Problem: Provide an exact copy of the lines from the beginning of the records through the line that includes "#4=PRODUCT_DEFINITION_FORMATION('','',#3);", and of no others.

The input:
--------------------------------
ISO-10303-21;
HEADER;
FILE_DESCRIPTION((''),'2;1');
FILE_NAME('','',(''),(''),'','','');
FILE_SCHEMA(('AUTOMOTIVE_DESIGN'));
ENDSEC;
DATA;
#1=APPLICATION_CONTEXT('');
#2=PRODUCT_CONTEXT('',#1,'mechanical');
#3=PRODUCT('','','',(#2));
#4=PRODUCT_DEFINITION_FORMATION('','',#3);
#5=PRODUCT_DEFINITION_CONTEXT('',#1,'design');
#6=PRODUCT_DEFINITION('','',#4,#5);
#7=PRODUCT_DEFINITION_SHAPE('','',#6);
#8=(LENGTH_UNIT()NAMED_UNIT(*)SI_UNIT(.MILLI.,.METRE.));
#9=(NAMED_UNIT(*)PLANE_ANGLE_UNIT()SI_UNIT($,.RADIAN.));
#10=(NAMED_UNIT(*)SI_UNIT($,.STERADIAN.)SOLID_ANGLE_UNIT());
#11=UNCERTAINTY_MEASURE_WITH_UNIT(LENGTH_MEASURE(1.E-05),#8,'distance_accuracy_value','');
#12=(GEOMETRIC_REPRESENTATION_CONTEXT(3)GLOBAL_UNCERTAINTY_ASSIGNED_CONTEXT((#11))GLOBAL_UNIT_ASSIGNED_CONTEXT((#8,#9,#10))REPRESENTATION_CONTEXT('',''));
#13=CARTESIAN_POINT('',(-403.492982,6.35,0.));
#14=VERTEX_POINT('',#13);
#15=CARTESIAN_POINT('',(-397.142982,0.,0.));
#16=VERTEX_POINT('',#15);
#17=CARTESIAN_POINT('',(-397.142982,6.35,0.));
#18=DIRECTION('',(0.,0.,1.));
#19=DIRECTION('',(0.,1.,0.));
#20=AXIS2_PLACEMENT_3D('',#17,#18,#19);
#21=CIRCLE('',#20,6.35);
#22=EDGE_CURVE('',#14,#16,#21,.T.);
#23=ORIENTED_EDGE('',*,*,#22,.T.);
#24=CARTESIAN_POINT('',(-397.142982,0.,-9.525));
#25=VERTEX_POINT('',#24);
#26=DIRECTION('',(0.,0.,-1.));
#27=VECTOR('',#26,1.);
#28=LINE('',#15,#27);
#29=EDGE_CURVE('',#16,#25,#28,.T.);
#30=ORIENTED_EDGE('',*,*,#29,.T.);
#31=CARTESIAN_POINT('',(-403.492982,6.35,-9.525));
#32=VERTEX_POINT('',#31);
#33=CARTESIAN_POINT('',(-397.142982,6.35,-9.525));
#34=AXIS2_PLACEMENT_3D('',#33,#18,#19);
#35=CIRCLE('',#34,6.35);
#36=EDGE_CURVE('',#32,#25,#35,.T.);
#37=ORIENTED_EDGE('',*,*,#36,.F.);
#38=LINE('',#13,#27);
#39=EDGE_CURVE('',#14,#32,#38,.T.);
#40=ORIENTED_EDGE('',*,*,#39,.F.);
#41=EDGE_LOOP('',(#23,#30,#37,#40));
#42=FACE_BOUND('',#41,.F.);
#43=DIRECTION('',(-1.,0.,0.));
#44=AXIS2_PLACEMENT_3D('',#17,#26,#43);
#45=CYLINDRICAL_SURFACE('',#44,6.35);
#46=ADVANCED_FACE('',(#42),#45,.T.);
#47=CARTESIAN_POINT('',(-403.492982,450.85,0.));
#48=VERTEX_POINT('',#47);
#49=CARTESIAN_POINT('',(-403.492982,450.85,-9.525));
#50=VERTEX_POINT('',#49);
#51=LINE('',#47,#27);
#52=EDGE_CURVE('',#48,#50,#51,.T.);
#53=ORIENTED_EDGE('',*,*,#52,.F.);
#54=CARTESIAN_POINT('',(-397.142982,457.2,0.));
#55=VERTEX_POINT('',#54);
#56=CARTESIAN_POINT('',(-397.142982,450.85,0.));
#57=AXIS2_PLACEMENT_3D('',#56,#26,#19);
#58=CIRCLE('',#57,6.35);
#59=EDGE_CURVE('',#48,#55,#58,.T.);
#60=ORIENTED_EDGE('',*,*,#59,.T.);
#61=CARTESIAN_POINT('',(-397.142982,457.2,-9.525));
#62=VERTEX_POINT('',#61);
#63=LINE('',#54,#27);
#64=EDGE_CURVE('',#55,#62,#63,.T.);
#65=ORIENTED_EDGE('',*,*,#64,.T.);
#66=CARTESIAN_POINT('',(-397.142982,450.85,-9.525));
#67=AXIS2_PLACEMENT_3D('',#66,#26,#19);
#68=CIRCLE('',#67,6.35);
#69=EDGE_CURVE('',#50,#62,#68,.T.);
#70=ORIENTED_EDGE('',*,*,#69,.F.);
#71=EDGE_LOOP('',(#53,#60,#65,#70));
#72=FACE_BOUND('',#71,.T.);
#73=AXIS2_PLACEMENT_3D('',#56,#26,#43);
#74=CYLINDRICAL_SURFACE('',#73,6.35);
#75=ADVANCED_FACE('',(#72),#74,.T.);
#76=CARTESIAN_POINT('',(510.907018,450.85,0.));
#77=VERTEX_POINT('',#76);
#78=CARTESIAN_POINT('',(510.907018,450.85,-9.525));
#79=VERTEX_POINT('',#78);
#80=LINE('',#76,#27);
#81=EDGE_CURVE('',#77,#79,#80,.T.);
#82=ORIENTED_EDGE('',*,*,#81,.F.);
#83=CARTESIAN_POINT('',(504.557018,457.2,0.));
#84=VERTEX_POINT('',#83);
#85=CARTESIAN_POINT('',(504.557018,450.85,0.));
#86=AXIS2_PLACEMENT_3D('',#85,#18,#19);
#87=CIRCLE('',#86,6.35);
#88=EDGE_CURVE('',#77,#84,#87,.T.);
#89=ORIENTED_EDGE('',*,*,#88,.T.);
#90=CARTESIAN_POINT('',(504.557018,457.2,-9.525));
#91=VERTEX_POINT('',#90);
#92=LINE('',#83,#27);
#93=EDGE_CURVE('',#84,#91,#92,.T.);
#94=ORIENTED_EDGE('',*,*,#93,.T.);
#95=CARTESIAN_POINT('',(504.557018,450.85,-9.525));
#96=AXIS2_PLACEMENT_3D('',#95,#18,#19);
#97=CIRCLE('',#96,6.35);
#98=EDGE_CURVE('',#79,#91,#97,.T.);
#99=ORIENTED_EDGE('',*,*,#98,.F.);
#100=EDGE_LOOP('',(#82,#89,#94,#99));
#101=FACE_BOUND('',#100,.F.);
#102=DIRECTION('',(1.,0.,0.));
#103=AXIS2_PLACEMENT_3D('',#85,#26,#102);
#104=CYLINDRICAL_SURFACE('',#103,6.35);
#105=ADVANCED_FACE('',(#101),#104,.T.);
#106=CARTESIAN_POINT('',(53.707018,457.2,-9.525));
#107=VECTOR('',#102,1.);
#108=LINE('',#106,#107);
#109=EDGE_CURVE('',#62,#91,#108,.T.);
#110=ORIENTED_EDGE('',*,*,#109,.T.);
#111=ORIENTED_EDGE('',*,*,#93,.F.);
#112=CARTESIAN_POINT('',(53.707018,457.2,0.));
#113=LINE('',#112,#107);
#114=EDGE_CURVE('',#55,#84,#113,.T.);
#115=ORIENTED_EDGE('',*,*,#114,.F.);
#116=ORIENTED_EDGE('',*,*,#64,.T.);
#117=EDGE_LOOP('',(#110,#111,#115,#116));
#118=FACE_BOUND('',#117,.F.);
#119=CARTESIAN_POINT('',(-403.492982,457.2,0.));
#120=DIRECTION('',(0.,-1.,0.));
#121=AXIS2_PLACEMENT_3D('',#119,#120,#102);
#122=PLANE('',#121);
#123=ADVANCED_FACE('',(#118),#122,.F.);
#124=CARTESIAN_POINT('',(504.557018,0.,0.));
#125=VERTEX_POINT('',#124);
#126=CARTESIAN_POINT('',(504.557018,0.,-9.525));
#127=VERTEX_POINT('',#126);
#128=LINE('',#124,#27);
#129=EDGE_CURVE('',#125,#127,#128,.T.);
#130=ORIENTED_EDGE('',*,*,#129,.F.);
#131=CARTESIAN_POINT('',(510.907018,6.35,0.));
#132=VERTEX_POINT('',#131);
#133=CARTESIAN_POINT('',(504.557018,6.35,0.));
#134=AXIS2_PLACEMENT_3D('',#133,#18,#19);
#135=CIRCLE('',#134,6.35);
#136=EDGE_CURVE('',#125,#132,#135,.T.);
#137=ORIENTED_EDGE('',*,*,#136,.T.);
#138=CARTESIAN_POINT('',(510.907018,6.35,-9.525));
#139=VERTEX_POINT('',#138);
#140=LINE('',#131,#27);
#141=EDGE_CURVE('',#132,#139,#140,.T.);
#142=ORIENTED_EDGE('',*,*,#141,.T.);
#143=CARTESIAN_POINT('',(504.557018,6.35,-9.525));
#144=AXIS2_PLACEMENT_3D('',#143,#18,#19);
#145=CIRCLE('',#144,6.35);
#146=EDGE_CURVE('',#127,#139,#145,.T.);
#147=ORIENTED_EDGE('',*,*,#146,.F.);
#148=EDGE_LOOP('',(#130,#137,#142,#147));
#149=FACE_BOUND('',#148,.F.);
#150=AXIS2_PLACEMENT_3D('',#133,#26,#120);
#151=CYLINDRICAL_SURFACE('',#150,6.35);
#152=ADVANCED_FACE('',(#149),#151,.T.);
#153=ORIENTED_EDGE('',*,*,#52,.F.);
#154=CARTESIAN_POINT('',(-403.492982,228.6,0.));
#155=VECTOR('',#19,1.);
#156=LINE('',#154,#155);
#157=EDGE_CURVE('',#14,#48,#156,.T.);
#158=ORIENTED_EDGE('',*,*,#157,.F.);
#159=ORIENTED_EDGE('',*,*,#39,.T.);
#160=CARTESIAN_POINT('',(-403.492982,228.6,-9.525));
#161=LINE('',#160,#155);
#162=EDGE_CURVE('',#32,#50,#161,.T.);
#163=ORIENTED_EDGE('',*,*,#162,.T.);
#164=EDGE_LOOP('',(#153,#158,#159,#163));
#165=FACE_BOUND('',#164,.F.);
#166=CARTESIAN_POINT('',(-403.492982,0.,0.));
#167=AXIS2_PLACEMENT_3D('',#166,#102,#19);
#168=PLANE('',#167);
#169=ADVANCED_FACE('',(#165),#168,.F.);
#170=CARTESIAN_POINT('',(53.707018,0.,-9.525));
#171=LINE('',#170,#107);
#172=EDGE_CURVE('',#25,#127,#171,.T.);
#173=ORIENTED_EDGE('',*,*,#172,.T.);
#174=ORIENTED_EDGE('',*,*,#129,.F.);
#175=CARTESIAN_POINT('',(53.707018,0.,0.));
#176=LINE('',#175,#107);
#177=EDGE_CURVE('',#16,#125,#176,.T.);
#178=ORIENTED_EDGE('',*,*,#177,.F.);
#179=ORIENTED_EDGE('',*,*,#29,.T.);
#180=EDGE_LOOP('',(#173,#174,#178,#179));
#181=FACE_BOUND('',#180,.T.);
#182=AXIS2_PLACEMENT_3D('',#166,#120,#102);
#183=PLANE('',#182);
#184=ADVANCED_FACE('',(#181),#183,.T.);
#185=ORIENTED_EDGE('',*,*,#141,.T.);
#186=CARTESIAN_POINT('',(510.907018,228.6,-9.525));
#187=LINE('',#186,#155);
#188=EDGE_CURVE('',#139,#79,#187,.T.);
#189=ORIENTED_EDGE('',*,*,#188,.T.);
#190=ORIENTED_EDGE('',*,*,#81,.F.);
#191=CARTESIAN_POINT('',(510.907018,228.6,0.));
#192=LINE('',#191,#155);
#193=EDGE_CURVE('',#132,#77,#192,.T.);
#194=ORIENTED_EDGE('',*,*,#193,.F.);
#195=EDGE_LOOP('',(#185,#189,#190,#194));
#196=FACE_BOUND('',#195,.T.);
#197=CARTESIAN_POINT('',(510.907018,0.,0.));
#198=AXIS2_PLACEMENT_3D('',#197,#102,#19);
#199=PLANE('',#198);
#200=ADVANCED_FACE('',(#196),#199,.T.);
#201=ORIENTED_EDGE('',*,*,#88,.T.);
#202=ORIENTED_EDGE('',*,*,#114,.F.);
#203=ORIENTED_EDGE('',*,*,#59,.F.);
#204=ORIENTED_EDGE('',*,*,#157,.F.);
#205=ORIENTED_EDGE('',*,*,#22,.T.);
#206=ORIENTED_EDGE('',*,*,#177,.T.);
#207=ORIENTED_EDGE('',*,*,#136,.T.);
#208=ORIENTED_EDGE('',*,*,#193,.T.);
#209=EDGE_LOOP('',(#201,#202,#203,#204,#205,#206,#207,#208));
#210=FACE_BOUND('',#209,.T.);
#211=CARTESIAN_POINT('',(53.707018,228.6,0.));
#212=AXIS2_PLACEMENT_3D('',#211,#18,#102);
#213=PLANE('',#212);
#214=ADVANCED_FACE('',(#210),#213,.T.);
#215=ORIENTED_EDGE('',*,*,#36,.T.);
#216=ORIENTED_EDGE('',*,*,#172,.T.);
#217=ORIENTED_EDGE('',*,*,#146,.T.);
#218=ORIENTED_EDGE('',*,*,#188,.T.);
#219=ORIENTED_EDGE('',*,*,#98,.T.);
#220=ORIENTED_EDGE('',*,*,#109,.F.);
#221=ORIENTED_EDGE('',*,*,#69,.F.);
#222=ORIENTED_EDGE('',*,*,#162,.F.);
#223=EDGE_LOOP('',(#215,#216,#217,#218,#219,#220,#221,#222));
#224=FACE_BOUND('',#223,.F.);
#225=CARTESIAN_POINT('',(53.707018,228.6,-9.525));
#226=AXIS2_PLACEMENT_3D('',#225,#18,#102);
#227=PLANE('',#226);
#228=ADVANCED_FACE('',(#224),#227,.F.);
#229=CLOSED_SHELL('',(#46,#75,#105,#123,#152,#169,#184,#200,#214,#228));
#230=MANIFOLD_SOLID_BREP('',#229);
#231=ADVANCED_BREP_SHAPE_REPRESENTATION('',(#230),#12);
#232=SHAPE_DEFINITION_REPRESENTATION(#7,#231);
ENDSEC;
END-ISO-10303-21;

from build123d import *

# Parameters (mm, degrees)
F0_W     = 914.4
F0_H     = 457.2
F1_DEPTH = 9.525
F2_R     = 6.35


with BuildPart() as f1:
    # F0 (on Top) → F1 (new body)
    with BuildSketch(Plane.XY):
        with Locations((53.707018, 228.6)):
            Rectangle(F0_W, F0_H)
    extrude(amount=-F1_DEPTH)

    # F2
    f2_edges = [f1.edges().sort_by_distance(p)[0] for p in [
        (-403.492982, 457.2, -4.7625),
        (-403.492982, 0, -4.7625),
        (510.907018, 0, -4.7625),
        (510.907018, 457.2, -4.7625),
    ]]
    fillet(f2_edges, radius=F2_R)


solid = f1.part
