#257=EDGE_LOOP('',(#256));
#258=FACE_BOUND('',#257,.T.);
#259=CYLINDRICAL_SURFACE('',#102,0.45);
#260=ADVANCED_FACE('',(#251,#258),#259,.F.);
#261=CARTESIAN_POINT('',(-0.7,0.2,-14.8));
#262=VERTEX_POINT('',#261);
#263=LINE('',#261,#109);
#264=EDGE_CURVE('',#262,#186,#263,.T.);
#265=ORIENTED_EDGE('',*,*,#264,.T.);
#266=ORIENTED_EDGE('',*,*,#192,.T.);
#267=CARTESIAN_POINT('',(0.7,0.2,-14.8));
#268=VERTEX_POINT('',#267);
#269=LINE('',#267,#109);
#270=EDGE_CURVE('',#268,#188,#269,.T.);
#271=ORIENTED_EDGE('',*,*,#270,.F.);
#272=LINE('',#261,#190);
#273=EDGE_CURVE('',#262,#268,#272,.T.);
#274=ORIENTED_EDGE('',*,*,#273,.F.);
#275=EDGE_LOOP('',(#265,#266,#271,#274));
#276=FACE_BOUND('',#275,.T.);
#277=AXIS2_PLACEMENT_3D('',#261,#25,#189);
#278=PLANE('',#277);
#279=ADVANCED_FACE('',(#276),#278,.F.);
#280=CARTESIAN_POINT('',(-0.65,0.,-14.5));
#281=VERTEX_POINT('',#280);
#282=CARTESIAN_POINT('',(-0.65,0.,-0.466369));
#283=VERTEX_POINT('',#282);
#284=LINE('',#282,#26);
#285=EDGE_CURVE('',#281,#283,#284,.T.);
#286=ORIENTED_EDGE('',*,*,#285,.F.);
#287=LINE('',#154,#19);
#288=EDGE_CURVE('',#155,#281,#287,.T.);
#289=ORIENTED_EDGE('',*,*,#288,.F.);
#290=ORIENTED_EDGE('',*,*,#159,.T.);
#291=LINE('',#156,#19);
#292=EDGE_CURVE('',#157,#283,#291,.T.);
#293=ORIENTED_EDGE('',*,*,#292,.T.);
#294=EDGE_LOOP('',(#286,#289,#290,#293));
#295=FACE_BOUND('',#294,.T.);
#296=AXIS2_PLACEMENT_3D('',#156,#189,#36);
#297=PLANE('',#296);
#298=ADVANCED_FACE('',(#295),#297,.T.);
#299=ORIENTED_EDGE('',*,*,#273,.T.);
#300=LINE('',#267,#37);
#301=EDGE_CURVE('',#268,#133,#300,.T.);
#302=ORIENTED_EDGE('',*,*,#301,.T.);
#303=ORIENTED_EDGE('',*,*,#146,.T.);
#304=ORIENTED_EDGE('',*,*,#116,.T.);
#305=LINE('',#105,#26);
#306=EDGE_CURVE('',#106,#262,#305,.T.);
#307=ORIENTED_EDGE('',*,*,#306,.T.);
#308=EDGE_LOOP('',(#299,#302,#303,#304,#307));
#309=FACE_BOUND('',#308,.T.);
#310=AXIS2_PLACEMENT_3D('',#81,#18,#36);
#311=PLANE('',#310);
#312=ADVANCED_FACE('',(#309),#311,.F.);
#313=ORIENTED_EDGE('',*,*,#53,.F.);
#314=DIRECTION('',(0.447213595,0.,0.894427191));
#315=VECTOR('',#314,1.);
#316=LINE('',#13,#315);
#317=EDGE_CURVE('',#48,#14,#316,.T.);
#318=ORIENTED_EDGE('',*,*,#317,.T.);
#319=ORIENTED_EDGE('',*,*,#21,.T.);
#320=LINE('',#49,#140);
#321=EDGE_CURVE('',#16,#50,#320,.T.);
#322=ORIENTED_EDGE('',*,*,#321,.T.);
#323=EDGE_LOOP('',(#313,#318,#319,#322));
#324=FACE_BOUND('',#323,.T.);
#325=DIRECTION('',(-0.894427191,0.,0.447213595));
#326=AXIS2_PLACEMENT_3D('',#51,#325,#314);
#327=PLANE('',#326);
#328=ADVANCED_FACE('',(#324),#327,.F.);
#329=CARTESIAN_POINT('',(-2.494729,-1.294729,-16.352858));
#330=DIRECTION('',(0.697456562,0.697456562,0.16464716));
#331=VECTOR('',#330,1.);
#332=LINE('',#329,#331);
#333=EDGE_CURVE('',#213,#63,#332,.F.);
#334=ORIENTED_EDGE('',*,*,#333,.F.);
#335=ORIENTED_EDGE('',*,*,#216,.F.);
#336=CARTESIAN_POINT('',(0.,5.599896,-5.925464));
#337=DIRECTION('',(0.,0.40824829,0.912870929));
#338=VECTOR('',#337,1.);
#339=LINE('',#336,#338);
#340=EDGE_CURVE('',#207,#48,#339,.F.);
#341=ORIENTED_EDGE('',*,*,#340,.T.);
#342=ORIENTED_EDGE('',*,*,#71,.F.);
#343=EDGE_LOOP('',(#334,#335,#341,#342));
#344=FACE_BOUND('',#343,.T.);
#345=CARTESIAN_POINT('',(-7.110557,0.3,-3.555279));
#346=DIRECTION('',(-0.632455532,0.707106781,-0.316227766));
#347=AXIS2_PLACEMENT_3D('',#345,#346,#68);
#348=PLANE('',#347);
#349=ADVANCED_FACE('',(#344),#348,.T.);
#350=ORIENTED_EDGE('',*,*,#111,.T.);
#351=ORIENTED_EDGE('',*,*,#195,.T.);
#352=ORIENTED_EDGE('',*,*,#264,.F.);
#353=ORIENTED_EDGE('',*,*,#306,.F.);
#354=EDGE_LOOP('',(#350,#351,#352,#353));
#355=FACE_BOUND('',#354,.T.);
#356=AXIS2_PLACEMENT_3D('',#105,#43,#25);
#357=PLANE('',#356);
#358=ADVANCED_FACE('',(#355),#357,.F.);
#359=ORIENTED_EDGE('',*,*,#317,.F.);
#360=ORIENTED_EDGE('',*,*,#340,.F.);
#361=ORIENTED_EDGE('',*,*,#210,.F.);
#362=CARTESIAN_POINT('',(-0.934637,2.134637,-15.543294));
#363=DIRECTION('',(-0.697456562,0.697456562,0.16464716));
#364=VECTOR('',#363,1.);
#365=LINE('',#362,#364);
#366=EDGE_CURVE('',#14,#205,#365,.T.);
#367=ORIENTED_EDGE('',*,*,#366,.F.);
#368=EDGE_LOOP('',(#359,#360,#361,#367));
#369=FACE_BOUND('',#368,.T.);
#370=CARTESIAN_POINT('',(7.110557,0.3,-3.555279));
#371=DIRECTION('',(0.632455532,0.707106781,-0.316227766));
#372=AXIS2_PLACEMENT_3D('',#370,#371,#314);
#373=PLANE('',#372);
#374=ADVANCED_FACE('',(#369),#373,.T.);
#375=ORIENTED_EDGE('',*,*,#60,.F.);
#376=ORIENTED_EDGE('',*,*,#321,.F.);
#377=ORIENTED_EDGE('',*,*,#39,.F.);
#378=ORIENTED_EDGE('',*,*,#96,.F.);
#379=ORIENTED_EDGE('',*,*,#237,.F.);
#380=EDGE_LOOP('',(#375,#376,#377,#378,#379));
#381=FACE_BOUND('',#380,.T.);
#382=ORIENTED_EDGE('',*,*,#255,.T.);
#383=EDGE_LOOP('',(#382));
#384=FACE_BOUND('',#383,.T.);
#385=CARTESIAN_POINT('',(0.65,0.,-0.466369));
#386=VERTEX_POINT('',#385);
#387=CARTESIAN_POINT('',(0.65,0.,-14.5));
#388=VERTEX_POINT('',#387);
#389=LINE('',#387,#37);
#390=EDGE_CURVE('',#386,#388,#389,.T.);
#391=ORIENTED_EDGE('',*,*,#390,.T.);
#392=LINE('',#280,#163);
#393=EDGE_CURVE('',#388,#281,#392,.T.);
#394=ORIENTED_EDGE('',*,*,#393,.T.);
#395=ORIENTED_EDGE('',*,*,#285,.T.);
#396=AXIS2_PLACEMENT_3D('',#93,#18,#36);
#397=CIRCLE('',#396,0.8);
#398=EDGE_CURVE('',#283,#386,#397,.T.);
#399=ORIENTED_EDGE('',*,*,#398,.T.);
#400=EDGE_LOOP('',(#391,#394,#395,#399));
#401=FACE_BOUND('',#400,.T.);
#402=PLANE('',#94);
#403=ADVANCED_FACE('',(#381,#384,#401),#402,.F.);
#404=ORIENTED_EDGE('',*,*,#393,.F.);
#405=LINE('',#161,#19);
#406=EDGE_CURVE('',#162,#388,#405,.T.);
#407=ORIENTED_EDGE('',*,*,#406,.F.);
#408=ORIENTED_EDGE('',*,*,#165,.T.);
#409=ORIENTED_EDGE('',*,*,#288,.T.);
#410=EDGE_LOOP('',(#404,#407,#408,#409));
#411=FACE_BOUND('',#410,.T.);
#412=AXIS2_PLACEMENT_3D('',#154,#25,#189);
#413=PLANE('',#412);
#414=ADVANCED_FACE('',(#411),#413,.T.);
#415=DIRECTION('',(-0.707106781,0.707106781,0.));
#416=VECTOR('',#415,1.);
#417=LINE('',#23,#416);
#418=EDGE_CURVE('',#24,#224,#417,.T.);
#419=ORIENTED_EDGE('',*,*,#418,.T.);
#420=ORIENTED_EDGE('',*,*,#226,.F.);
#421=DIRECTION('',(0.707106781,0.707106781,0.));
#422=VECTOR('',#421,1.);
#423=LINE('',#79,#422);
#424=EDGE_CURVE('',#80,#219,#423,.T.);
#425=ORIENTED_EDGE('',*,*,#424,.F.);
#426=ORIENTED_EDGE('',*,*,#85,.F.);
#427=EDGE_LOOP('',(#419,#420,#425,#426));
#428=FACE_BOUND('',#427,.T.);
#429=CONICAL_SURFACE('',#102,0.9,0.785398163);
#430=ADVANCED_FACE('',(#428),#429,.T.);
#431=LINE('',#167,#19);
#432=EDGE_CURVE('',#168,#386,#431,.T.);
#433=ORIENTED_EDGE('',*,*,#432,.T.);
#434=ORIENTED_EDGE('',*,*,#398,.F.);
--------------------------------
Written response:
ISO-10303-21;
HEADER;
FILE_DESCRIPTION((''),'2;1');
FILE_NAME('','',(''),(''),'','','');
FILE_SCHEMA(('AUTOMOTIVE_DESIGN'));
ENDSEC;
DATA;
#1=APPLICATION_CONTEXT('');
#2=PRODUCT_CONTEXT('',#1,'mechanical');
#3=PRODUCT('','','',(#2));
#4=PRODUCT_DEFINITION_FORMATION('','',#3);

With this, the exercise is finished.